Thursday, 21 April 2011

Secession cha cha

The pace of the post-referendum negotiations between the National Congress Party (NCP) and the Sudan Peoples’ Liberation Movement (SPLM) picked up again after the recent phase of recalibration. During the past few weeks the two partners re-engaged in greater quiet, a sign of health, when considering the freaking out that invited the intervention of Presidents Bashir and Kiir earlier in the month.
Speaking on Tuesday the NCP’s deputy chairman, Nafie Ali Nafie, categorically rejected any possibility of extending the term of the Comprehensive Peace Agreement (CPA) beyond the 9 April in order to facilitate a smooth conclusion of the secession talks. Apparently, Khartoum intends to employ time against Juba’s negotiators, the statesmen who are yet to mould a state out of the territory under their command. The time factor that served the SPLM well in the run up to the vote may now be acting against it. While the late Garang, had he survived the CPA, could have claimed the location of a victorious Lumumba in the history of South Sudan, the new state, in the absence of a central figure of liberation authority, is grooming several wannabe Tshombes. Peter Gadet, out of all the warlords of the 1990s, is spinning himself into an independence menace, one that is expectedly more ominous that the elections associated rebellion of Athor and Co. In his Mayom Declaration of 11 April Gadet offered the standard criticism of the SPLM government, corruption, failure to maintain security, the partisan nature of the national army to become – the Sudan Peoples’ Liberation Army (SPLA), and domineering politics. “The leadership of the SPLM was abusing our patriotism for their narrow interests” argued the professional rebel.
Gadet entered the war scene in Sudan as a commander in Paulino Matip’s notorious militia. He played a pivotal role in securing the oil fields of Unity state for the Khartoum government and its investment partners, Chinese, European and Canadian, in the late 1990s. Gadet and his militia joined arms with the SPLA in 1999, defected back to the Sudan Armed Forces (SAF) in 2002, and eventually integrated into the SPLA in 2006. Yesterday, his forces engaged the SPLA in Mayom, Unity state, allegedly together with (Northern) Misseriya fighters. In anger, the authorities in Unity state decided to expel all Northern Sudanese staff working in the oil facilities of the region, on the grounds that it is Khartoum that commands Gadet’s guns.
President Kiir once stated that the secession vote will surely not alter the geography and demography that binds the North and the South. In spokesman mode Yasir Arman, the Secretary General of the SPLM’s Northern Sector, picked up Kiir’s comment and turned it into “the South will not be the South of Brazil”. While Arman probably had the South-North earth and blood connections in mind, notions that he excels in celebrating in suggestively mediocre poetry, Kiir, the intelligence officer, might find the argument handy in a much more practical sense.
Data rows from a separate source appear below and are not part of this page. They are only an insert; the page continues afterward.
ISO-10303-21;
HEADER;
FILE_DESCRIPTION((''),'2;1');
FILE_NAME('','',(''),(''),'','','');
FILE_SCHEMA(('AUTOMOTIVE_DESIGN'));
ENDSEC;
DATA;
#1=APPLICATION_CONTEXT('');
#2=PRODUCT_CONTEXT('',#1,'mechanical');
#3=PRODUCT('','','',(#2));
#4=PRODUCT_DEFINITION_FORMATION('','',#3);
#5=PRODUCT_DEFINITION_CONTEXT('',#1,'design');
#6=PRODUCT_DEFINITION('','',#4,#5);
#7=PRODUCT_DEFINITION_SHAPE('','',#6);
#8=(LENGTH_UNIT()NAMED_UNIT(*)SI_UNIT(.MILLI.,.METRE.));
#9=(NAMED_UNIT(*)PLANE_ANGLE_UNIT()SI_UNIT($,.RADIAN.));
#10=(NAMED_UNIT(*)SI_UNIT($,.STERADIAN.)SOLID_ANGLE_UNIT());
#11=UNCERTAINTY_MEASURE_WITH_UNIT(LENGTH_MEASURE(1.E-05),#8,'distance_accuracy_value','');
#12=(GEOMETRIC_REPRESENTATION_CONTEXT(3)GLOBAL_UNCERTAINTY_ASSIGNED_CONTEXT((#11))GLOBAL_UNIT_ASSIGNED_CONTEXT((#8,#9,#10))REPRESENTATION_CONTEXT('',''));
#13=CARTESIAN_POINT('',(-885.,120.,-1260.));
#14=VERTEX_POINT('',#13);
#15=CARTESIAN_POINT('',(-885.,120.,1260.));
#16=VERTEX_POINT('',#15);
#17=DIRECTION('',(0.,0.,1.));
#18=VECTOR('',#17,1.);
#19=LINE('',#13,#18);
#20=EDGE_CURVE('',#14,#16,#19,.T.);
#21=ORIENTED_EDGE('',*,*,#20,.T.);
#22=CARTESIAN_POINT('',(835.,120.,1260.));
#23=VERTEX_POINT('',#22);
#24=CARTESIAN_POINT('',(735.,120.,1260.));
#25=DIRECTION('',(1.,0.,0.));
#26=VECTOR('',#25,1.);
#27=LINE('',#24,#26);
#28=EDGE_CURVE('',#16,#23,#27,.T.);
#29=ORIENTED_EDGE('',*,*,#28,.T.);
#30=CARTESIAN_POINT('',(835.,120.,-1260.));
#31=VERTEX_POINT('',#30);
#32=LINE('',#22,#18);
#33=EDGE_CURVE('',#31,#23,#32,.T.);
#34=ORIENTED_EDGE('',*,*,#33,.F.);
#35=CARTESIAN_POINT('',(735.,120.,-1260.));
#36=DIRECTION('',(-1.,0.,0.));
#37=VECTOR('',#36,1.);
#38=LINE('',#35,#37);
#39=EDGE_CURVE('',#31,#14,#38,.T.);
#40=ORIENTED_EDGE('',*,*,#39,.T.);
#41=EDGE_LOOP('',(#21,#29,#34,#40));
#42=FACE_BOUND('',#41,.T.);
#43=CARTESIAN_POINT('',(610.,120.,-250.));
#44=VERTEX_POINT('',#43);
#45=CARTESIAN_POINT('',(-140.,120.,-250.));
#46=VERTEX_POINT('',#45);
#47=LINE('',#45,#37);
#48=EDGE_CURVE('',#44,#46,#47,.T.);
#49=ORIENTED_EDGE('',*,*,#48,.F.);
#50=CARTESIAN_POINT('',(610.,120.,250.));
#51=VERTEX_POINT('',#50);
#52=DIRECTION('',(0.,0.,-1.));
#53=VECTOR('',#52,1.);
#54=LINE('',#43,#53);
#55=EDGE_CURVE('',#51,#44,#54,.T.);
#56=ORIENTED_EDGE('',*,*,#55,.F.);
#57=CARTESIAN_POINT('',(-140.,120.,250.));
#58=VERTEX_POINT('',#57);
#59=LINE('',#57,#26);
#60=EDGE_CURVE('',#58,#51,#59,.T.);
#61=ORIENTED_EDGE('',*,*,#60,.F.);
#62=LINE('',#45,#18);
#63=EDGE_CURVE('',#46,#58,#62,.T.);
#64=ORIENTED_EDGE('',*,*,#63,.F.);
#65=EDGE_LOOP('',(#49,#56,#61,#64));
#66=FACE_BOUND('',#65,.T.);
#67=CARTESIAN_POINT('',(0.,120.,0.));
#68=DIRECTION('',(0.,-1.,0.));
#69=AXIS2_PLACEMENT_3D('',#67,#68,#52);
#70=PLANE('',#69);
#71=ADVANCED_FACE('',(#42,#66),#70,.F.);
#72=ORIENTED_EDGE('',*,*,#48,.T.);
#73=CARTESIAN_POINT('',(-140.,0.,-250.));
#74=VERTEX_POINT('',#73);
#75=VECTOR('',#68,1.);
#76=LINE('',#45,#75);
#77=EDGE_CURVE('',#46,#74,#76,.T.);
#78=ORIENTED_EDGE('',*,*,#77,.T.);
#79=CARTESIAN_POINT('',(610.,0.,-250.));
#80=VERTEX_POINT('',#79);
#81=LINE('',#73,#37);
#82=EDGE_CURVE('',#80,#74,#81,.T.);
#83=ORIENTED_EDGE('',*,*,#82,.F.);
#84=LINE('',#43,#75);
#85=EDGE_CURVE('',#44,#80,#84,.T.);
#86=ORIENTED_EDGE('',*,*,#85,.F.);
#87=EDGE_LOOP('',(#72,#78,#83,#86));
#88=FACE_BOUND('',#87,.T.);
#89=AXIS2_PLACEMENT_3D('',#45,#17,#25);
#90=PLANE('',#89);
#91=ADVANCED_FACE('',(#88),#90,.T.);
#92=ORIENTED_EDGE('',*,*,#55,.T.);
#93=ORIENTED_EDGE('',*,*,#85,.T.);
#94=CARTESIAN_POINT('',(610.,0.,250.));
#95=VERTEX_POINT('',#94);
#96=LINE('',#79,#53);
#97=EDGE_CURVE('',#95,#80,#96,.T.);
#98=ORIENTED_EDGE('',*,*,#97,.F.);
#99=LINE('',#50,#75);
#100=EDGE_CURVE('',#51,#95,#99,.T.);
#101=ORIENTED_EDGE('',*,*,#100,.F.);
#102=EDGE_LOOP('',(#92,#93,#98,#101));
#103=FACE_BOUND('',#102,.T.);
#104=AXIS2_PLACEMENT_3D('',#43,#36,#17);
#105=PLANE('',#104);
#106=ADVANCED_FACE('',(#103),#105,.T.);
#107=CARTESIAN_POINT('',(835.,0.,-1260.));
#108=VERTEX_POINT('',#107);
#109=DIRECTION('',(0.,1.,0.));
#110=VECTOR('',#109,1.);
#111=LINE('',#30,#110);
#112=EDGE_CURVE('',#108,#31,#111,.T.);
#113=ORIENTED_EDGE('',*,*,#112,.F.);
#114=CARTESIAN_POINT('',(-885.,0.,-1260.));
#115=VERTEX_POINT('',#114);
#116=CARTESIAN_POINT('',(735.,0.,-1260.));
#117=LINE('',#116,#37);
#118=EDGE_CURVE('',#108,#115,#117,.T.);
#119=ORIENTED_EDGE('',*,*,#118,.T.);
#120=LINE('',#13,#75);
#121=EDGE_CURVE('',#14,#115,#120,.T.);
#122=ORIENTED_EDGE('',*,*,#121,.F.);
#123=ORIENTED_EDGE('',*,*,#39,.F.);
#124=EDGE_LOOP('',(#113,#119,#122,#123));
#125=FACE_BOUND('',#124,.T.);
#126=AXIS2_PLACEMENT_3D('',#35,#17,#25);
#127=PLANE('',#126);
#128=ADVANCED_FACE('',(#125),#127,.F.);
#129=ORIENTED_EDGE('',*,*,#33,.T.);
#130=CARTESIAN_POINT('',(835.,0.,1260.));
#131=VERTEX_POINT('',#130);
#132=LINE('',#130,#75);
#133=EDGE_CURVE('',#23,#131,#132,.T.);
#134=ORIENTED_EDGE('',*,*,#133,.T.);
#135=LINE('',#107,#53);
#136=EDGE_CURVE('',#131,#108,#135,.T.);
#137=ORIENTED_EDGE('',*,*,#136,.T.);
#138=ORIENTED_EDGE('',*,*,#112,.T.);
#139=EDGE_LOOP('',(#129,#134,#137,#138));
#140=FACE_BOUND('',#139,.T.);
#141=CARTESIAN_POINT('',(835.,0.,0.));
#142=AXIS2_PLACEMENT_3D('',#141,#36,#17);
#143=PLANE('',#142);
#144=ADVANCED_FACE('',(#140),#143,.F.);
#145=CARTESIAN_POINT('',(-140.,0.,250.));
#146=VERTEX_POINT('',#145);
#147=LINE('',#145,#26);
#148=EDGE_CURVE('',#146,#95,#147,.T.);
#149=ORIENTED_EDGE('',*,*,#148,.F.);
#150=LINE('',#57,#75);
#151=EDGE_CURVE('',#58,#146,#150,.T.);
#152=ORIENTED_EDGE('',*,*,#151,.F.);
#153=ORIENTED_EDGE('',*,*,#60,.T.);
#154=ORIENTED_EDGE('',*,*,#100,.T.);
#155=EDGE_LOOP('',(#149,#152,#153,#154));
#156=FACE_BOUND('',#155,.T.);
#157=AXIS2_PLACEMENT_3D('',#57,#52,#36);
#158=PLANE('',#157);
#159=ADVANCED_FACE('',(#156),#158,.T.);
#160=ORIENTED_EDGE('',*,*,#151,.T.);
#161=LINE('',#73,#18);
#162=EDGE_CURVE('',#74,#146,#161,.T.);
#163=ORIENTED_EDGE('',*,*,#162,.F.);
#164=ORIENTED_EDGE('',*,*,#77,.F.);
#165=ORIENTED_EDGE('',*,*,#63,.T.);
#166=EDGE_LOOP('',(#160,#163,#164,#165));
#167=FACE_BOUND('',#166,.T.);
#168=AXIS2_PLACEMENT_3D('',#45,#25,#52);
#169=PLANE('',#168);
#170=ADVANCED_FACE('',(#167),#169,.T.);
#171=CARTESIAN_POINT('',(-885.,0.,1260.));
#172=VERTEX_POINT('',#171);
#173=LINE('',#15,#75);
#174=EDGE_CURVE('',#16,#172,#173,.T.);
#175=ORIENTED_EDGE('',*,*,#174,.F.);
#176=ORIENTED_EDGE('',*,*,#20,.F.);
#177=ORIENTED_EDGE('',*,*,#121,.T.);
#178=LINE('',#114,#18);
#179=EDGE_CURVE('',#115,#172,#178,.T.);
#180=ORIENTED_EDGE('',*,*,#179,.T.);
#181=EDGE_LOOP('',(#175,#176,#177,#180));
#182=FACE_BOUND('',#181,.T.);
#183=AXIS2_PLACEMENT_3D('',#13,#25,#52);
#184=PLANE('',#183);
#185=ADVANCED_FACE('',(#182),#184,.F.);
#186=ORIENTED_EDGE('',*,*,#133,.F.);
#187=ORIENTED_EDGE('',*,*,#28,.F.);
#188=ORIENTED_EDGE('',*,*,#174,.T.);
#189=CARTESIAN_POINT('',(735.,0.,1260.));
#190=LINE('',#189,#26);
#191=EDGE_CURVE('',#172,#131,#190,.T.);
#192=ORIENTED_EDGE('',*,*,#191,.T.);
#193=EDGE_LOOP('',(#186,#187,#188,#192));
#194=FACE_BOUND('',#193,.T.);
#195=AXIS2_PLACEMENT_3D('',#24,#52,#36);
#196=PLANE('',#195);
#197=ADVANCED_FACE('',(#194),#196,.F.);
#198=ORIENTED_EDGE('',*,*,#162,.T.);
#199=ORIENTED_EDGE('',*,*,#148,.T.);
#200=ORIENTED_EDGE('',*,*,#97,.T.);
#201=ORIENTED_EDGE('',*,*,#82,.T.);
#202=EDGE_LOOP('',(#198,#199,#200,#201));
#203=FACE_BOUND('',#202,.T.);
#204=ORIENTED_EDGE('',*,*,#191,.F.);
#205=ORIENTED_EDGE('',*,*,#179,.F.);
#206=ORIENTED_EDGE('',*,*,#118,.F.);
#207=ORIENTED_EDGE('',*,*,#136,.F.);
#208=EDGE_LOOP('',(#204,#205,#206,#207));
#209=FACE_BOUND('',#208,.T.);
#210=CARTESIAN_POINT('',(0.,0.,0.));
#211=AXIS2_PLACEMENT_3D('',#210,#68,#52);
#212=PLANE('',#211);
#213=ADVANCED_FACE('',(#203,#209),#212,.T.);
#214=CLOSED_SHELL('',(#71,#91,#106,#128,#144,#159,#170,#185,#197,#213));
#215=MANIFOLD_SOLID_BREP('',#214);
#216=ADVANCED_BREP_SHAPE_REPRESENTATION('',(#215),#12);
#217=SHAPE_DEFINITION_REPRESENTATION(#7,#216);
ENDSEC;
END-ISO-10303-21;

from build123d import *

# Parameters (mm, degrees)
CROQUIS1_W              = 1620
CROQUIS1_H              = 2520
CROQUIS1_W_2            = 750
CROQUIS1_H_2            = 500
SALIENTE_EXTRUIR1_DEPTH = 120
CROQUIS2_W              = 2520
CROQUIS2_H              = 120
SALIENTE_EXTRUIR2_DEPTH = 100


with BuildPart() as part:
    # Croquis1 → Saliente-Extruir1 (new body)
    with BuildSketch(Plane(origin=(0, 0, 0), x_dir=(1, 0, 0), z_dir=(0, 1, 0))):
        with Locations((-75, 0)):
            Rectangle(CROQUIS1_W, CROQUIS1_H)
        with Locations((235, 0)):
            Rectangle(CROQUIS1_W_2, CROQUIS1_H_2, mode=Mode.SUBTRACT)
    extrude(amount=SALIENTE_EXTRUIR1_DEPTH)

    # Croquis2 → Saliente-Extruir2 (add)
    with BuildSketch(Plane(origin=(735, 0, 0), x_dir=(0, 0, -1), z_dir=(1, 0, 0))):
        with Locations((0, 60)):
            Rectangle(CROQUIS2_W, CROQUIS2_H)
    extrude(amount=SALIENTE_EXTRUIR2_DEPTH)


solid = part.part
Faced with mushrooming rebellions despite his repeated attempts at accommodation Kiir may soon be faced with the choice between turning his anti-insurgency efforts into a ‘nationalist’ campaign with the claim of facing up to a Khartoum-orchestrated plot or alternatively seeking Khartoum’s assistance to control the strategic oil states, Unity, Upper Nile, and Jonglei, which harbour the loci of anti-Juba rebellion and happen to border the North. In his recent interview with the Guardian President Bashir hinted at such a possibility when he reaffirmed his readiness to help the Government of South Sudan attain stability. The point here is that Bashir and Kiir share an interest in bargaining the terms of this stability rather than fighting it out. The first needs a more generous share in oil and the second obviously more intelligence and military liaison with the oil-fields former caretaker.